WHAT YOU WILL DO: Using the material that follows, output exactly the lines from the one containing "v -3 1.803 0" through the one containing "v -0.497 -3.465 4.5", with both ends kept.

RECORDS SHOWN:

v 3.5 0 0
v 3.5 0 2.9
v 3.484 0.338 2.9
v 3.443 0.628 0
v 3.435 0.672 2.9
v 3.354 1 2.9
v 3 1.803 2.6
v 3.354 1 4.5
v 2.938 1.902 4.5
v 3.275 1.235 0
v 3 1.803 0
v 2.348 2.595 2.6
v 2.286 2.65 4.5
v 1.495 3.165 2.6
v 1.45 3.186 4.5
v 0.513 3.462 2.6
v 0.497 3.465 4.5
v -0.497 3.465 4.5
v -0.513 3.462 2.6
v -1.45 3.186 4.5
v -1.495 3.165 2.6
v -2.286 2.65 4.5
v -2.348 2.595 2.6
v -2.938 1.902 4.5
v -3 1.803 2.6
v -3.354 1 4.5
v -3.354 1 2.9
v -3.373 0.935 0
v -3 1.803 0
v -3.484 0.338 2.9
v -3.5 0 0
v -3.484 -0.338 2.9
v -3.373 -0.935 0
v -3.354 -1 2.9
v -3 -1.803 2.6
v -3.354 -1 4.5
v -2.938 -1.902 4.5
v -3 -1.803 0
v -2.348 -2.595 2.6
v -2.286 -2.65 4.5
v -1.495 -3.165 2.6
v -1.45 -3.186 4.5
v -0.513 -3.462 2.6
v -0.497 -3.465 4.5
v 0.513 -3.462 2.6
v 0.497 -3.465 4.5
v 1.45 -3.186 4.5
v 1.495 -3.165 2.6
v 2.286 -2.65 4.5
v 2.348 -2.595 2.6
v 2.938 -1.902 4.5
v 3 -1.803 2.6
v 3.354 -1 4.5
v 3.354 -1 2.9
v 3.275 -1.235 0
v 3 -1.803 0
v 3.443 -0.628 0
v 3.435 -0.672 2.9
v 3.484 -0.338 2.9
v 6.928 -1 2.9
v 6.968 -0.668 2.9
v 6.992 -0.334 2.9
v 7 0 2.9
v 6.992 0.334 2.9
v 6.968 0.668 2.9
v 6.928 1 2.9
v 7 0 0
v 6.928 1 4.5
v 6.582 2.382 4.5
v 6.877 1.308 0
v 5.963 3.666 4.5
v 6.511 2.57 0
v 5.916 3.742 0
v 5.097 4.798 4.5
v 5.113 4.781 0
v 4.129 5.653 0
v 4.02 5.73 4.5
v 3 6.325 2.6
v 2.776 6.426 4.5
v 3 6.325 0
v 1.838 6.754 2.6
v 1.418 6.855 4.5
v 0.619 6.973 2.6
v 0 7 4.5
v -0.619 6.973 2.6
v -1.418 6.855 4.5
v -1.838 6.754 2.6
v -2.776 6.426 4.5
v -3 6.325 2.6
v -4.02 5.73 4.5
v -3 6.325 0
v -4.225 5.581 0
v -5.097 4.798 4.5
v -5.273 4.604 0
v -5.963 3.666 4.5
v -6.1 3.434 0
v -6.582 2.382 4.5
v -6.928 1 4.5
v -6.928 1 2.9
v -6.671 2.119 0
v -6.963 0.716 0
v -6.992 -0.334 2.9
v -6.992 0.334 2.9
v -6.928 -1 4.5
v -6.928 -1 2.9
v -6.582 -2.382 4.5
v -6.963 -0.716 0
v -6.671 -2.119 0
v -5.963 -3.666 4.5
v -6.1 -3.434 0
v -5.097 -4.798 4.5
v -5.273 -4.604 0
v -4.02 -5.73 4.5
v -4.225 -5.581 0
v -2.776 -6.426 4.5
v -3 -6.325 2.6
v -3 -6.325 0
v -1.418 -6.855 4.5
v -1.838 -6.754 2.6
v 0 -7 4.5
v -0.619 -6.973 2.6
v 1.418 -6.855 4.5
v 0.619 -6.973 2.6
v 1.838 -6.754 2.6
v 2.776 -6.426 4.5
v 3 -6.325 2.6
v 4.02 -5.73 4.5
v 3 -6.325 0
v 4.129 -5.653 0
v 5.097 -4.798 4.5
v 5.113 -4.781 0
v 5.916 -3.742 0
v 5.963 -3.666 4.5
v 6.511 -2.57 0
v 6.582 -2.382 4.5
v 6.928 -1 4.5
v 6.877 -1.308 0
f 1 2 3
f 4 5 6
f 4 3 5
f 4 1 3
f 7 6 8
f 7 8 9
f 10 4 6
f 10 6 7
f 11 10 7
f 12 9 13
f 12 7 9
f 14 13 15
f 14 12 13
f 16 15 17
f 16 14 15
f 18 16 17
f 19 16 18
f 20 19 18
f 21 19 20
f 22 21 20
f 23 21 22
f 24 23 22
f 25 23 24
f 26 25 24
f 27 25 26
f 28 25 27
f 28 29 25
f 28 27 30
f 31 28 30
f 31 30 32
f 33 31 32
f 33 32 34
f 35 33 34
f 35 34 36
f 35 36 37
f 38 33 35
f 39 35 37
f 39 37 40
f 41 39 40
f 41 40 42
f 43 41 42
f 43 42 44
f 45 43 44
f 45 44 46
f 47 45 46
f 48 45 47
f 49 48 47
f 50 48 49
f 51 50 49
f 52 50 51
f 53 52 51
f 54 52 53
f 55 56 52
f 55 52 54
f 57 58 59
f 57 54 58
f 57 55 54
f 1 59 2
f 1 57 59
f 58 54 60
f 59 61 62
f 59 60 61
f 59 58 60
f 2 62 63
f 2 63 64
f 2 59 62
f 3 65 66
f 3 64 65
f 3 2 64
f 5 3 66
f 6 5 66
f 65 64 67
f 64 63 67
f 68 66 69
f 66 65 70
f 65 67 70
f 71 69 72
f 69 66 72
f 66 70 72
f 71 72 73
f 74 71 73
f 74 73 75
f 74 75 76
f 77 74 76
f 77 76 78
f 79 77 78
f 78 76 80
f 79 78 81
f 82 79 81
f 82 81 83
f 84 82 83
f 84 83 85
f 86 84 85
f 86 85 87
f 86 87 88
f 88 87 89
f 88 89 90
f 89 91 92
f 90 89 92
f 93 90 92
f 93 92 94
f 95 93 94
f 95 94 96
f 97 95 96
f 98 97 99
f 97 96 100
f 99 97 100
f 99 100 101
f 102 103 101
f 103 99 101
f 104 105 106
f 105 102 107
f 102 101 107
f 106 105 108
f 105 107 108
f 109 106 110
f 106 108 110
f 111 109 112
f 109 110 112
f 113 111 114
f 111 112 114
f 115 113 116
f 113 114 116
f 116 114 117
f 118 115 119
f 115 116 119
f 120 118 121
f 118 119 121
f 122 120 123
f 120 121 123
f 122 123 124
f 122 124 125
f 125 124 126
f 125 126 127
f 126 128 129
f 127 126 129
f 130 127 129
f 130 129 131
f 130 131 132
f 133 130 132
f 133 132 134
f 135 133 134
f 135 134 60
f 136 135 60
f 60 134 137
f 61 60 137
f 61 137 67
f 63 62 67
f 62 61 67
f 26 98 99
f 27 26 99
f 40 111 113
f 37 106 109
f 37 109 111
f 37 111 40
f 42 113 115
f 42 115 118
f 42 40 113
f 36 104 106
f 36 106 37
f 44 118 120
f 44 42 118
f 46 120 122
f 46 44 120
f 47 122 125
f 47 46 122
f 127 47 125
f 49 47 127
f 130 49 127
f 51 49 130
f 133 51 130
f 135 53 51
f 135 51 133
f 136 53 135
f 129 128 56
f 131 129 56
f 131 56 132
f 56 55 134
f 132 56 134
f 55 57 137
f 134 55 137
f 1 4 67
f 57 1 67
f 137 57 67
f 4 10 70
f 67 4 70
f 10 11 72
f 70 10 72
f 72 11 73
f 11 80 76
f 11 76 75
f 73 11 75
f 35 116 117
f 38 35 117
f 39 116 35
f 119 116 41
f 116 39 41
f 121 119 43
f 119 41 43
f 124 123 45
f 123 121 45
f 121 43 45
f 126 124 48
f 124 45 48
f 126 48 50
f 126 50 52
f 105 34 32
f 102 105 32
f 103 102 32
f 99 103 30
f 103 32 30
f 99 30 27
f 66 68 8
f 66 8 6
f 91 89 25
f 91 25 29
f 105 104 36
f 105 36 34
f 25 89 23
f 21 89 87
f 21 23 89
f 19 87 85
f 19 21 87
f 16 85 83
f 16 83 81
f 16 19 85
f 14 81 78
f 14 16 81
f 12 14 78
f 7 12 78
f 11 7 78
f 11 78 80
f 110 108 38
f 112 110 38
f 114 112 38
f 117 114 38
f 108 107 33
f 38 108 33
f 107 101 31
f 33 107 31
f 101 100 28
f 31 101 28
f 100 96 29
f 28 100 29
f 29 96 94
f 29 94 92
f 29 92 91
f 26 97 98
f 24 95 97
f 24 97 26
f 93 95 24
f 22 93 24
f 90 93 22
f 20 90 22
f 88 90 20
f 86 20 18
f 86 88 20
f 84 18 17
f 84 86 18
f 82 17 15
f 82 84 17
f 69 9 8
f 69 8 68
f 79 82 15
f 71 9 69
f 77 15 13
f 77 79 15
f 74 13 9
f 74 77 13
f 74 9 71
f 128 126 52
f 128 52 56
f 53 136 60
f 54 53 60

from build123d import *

# Parameters (mm, degrees)
SKETCH_1_R               = 7
SKETCH_1_R_2             = 3.5
EXTRUDE_1_DEPTH          = 4.5
SKETCH_2_W               = 6
SKETCH_2_H               = 2.6
CUT_EXTRUDE_1_DEPTH      = 8
CUT_EXTRUDE_1_DEPTH_BACK = 8
SKETCH_3_W               = 1.6
SKETCH_3_H               = 2
CUT_EXTRUDE_2_DEPTH      = 8
CUT_EXTRUDE_2_DEPTH_BACK = 8


with BuildPart() as part:
    # Эскиз1 → Бобышка-Вытянуть1 (new body)
    with BuildSketch(Plane.XY):
        Circle(SKETCH_1_R)
        Circle(SKETCH_1_R_2, mode=Mode.SUBTRACT)
    extrude(amount=EXTRUDE_1_DEPTH)

    # Эскиз2 → Вырез-Вытянуть1 (cut, two sides)
    with BuildSketch(Plane(origin=(0, 0, 0), x_dir=(1, 0, 0), z_dir=(0, 1, 0))) as cut_extrude_1_sk:
        with Locations((0, -1.3)):
            Rectangle(SKETCH_2_W, SKETCH_2_H)
    extrude(amount=CUT_EXTRUDE_1_DEPTH, mode=Mode.SUBTRACT)
    extrude(cut_extrude_1_sk.sketch, amount=-CUT_EXTRUDE_1_DEPTH_BACK, mode=Mode.SUBTRACT)

    # Эскиз3 → Вырез-Вытянуть2 (cut, two sides)
    with BuildSketch(Plane(origin=(0, 0, 0), x_dir=(0, 0, -1), z_dir=(1, 0, 0))) as cut_extrude_2_sk:
        with Locations((-3.7, 0)):
            Rectangle(SKETCH_3_W, SKETCH_3_H)
    extrude(amount=CUT_EXTRUDE_2_DEPTH, mode=Mode.SUBTRACT)
    extrude(cut_extrude_2_sk.sketch, amount=-CUT_EXTRUDE_2_DEPTH_BACK, mode=Mode.SUBTRACT)


solid = part.part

EXERCISE RESPONSE:
v -3 1.803 0
v -3.484 0.338 2.9
v -3.5 0 0
v -3.484 -0.338 2.9
v -3.373 -0.935 0
v -3.354 -1 2.9
v -3 -1.803 2.6
v -3.354 -1 4.5
v -2.938 -1.902 4.5
v -3 -1.803 0
v -2.348 -2.595 2.6
v -2.286 -2.65 4.5
v -1.495 -3.165 2.6
v -1.45 -3.186 4.5
v -0.513 -3.462 2.6
v -0.497 -3.465 4.5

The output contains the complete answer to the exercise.